- _Exercise inputs_:
____
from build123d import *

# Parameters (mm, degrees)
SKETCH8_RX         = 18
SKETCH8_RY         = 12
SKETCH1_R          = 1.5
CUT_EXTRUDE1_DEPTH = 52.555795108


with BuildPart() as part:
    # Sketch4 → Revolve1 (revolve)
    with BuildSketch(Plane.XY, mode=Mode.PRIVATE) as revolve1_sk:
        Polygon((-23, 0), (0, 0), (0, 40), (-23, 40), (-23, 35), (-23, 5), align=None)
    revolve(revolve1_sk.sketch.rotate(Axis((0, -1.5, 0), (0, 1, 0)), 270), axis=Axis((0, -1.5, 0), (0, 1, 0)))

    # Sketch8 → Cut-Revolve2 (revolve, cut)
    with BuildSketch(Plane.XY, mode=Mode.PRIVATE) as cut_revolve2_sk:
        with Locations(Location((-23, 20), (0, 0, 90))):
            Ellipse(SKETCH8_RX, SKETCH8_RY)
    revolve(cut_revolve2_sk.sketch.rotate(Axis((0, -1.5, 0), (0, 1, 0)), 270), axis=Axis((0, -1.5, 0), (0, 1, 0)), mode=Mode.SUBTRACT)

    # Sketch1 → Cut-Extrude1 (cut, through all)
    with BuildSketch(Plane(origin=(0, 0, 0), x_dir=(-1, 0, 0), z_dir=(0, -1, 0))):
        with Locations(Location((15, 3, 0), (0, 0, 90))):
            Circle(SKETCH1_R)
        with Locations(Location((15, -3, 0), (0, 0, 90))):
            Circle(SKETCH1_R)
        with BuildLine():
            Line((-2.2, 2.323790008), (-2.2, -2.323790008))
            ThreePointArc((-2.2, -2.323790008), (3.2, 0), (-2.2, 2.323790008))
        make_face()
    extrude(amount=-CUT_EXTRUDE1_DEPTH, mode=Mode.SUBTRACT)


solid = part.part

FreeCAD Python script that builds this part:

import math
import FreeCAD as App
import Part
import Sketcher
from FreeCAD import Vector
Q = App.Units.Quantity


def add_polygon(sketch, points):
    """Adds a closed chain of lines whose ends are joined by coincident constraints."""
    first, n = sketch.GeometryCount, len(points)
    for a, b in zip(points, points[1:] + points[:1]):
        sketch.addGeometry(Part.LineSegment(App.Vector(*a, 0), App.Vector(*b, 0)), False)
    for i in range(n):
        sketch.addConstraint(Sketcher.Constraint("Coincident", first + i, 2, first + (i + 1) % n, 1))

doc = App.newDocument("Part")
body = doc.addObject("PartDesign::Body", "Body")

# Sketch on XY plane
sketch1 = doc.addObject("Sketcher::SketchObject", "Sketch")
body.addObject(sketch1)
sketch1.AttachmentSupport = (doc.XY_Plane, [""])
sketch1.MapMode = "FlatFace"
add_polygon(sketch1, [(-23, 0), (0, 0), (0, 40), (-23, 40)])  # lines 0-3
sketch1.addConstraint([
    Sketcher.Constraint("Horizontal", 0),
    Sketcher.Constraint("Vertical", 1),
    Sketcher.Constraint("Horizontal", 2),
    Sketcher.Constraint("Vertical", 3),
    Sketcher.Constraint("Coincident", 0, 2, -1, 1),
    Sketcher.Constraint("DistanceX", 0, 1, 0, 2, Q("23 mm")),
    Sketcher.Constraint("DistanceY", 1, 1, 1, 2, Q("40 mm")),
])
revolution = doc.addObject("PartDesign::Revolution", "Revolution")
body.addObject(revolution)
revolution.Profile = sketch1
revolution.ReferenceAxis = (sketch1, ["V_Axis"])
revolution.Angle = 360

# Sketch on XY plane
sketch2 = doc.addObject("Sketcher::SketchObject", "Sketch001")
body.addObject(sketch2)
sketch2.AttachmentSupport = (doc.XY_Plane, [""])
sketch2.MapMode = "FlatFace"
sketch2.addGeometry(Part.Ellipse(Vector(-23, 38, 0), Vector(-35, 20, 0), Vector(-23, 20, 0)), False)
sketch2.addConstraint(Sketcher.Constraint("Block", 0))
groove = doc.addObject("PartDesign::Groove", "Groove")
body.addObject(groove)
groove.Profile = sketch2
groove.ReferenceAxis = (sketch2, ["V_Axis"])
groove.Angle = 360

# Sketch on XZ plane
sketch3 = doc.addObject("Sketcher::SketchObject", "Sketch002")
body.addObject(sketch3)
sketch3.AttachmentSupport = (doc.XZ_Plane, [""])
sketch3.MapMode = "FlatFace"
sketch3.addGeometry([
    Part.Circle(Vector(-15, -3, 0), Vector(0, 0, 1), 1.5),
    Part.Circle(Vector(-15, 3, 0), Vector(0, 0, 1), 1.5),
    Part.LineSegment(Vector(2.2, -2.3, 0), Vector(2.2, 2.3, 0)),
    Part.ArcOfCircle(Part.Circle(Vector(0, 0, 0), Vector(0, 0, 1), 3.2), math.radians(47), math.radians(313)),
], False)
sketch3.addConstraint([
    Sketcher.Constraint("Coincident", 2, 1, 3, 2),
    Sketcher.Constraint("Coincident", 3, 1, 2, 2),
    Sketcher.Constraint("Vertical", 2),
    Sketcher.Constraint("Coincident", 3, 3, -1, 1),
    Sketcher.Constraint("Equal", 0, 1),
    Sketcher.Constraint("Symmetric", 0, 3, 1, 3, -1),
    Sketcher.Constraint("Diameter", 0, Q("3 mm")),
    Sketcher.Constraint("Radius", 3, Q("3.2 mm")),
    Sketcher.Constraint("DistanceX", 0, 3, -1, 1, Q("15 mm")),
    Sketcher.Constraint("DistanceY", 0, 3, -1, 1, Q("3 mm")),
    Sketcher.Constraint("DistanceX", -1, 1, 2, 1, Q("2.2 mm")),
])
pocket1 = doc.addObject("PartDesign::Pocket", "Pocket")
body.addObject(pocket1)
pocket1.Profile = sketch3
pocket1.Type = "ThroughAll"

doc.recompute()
____
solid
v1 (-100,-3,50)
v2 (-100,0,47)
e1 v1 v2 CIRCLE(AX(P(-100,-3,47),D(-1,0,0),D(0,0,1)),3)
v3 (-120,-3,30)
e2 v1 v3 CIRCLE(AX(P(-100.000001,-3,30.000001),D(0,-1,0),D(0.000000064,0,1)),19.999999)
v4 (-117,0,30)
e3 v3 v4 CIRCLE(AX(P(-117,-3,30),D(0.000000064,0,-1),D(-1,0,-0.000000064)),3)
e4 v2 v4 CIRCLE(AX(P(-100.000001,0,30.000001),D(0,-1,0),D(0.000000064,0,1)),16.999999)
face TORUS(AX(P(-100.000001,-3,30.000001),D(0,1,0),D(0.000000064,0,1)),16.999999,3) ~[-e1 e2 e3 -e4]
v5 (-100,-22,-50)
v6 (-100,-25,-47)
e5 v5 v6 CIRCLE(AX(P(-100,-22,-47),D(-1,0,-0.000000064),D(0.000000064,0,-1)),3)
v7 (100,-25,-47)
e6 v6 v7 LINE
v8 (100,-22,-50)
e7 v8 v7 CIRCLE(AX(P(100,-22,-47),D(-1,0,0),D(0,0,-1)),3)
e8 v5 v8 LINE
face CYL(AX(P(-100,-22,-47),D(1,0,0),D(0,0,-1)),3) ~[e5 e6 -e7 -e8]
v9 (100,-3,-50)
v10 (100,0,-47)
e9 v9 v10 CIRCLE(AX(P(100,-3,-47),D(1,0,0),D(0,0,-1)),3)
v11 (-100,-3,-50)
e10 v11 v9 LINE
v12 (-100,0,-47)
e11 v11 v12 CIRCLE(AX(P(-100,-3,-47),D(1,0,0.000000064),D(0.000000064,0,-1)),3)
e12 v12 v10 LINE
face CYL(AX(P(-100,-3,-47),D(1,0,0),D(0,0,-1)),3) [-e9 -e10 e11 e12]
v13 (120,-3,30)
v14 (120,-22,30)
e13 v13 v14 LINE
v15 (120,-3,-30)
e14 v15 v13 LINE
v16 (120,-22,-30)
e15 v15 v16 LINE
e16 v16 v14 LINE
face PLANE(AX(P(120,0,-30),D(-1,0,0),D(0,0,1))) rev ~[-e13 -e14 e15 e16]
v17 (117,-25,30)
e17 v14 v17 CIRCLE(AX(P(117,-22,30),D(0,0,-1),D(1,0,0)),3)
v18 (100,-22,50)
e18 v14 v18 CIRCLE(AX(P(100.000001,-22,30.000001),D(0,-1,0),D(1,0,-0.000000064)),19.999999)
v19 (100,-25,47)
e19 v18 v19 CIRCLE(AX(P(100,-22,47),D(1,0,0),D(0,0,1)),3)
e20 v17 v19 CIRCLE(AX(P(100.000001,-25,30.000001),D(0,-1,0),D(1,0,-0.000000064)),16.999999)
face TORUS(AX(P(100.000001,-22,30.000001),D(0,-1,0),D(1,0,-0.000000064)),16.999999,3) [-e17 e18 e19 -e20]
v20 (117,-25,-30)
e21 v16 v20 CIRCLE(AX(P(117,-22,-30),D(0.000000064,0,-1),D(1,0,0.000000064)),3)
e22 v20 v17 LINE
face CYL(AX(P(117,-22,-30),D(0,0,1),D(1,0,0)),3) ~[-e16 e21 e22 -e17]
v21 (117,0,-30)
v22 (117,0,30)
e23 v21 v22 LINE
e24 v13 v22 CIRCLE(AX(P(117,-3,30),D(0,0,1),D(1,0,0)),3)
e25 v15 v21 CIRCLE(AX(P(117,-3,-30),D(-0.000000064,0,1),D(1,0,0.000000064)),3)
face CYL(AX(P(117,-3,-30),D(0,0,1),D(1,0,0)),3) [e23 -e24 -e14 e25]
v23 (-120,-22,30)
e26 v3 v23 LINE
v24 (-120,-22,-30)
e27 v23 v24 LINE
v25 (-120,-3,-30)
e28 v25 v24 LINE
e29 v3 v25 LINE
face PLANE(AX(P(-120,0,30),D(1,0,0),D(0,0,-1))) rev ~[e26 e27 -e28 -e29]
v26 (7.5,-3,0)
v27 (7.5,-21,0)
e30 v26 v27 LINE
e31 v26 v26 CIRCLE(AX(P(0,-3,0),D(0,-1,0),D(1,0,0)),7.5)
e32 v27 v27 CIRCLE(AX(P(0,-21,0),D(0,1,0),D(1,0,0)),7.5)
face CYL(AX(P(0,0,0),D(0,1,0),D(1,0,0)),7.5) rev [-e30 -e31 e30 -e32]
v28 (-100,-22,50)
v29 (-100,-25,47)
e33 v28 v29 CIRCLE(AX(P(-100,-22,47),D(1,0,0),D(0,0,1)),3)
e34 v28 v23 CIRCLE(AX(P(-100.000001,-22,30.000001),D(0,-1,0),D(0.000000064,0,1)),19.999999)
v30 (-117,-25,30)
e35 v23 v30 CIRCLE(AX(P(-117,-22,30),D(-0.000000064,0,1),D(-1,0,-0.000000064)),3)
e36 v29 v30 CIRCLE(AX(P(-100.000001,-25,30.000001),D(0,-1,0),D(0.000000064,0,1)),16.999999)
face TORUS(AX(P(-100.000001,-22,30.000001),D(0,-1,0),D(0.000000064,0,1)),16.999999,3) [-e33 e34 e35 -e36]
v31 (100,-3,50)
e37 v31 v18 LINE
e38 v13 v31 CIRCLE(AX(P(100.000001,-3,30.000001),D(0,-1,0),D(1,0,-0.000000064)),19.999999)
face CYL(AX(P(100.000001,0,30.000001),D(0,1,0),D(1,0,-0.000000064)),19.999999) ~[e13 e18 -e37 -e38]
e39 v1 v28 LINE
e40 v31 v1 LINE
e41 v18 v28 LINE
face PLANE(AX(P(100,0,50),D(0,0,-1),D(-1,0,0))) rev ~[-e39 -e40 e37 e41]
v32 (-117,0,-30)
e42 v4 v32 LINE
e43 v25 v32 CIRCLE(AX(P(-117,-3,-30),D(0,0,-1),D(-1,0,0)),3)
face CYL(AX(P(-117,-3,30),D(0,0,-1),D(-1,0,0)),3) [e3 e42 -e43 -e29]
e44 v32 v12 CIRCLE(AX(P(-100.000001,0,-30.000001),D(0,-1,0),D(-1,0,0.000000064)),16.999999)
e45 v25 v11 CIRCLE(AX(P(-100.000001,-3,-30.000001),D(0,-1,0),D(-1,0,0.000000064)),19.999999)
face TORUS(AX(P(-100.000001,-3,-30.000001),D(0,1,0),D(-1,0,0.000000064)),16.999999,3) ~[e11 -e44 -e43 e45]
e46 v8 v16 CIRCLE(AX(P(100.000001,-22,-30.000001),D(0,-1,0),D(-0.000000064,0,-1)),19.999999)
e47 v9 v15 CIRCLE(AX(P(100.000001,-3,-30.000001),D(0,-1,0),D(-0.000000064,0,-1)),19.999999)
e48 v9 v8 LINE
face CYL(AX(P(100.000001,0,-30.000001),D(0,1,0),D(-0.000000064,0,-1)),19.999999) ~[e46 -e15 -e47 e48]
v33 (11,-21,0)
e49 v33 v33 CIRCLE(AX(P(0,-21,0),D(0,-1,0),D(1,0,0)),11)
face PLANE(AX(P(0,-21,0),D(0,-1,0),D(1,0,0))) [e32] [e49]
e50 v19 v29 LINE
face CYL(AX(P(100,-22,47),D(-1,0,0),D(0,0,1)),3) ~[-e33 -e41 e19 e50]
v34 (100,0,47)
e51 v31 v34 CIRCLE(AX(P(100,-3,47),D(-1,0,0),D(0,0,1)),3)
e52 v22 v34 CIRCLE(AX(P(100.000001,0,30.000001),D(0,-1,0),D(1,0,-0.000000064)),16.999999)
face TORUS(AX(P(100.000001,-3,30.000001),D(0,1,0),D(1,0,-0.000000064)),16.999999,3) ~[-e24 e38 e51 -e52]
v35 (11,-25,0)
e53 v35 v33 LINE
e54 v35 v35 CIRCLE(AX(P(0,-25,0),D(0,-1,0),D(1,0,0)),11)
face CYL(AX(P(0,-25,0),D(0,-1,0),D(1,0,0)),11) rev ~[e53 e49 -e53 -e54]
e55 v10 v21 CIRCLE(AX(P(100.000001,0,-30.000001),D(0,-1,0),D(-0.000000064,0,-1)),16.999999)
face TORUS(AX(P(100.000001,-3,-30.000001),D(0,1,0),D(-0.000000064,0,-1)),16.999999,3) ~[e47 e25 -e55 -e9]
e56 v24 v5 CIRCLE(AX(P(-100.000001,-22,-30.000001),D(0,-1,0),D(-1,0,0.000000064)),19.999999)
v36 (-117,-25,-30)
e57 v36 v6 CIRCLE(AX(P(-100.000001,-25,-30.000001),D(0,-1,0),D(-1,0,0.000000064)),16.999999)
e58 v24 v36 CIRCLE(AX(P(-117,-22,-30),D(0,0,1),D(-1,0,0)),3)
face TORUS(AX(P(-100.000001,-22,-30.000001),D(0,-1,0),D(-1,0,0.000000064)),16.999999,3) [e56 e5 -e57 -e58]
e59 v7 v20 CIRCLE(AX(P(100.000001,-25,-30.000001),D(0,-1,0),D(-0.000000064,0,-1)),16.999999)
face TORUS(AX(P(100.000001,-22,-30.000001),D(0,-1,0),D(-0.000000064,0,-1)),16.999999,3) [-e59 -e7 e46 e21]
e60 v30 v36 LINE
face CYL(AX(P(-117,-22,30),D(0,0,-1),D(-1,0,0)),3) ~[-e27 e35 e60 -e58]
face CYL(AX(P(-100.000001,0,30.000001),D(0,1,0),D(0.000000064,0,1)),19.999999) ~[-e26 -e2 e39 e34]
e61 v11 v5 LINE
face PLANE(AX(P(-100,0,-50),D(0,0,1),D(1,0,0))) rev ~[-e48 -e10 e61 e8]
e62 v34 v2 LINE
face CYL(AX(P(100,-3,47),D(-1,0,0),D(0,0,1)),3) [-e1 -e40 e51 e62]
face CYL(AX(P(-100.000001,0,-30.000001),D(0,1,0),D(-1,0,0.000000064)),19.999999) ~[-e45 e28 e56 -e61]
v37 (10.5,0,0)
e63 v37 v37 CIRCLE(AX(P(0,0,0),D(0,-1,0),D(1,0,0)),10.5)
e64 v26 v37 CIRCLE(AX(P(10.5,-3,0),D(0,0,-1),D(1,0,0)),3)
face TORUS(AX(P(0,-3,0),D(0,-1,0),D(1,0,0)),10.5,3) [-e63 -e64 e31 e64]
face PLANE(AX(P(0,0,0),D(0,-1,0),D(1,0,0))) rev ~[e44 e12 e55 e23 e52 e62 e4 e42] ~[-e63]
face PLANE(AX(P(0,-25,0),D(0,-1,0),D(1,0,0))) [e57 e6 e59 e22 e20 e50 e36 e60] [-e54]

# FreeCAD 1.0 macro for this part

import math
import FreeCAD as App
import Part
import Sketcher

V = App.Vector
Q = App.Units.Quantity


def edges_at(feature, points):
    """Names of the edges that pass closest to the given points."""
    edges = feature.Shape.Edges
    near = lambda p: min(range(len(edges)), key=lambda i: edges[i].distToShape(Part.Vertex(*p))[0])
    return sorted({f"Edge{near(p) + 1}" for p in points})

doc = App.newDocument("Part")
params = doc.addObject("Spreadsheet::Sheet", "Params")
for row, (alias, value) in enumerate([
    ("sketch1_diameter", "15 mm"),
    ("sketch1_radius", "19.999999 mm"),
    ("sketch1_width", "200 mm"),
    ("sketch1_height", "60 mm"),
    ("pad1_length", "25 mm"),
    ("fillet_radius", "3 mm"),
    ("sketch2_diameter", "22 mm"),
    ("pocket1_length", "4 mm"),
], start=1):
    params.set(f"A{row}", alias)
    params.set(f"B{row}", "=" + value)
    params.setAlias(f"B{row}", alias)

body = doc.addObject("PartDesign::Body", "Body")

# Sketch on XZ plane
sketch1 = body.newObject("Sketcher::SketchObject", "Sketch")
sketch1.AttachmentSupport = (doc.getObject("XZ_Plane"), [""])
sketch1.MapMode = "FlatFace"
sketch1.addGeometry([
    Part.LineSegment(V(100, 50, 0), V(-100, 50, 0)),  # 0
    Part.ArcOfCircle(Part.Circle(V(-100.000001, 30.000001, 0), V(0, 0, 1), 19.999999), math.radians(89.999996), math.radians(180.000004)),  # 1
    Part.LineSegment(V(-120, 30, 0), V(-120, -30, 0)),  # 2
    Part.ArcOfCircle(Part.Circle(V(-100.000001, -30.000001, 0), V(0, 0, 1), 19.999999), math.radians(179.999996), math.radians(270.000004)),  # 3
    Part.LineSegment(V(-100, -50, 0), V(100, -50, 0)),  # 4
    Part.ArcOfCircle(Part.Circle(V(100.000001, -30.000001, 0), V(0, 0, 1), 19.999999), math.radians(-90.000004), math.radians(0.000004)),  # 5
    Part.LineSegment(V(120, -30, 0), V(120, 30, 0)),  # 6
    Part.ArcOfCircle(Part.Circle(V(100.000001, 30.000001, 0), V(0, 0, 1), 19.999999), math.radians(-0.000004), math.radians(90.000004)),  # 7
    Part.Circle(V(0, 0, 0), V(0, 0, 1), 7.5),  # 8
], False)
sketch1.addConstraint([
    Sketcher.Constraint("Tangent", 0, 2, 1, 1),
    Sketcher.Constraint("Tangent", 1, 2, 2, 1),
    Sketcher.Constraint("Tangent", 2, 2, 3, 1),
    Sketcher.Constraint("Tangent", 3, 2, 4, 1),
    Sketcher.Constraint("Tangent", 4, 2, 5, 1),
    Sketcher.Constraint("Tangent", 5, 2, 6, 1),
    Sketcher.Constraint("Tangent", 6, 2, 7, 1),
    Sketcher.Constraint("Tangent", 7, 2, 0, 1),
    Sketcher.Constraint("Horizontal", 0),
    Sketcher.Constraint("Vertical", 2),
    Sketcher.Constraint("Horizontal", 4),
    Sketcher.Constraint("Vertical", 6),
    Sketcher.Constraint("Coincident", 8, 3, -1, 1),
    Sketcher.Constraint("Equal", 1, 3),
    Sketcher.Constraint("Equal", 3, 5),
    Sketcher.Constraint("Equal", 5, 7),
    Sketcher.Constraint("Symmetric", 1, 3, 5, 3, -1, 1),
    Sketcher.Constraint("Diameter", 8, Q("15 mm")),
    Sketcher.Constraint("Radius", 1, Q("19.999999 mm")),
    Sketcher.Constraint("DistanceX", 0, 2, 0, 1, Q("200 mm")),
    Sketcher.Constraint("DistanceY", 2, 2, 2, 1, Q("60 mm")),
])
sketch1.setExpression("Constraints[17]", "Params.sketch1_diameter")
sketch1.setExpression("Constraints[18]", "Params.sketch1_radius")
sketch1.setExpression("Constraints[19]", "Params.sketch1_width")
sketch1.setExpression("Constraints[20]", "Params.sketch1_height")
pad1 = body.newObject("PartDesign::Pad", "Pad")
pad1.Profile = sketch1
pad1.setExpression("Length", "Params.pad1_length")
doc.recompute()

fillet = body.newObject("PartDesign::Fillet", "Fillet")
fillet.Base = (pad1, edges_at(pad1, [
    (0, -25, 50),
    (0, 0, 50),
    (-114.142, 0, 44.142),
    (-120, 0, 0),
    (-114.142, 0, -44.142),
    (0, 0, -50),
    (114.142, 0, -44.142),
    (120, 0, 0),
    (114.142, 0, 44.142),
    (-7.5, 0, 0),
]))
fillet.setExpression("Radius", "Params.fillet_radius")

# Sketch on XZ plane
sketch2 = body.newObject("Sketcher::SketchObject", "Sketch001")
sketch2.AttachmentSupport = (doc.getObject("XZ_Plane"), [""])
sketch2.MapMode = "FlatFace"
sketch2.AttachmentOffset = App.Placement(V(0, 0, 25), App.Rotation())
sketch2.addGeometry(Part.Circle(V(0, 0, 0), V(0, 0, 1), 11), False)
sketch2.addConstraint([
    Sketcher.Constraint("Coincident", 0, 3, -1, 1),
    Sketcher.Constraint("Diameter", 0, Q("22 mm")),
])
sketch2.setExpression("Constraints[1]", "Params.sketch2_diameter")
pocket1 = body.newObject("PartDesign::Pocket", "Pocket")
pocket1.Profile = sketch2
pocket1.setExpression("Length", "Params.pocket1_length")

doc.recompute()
____
Your task is to transcribe, with no changes, only the lines of the listing above that lie between the line holding "from build123d import *" and the line holding "(-23, 5), align=None)", inclusive.

from build123d import *

# Parameters (mm, degrees)
SKETCH8_RX         = 18
SKETCH8_RY         = 12
SKETCH1_R          = 1.5
CUT_EXTRUDE1_DEPTH = 52.555795108


with BuildPart() as part:
    # Sketch4 → Revolve1 (revolve)
    with BuildSketch(Plane.XY, mode=Mode.PRIVATE) as revolve1_sk:
        Polygon((-23, 0), (0, 0), (0, 40), (-23, 40), (-23, 35), (-23, 5), align=None)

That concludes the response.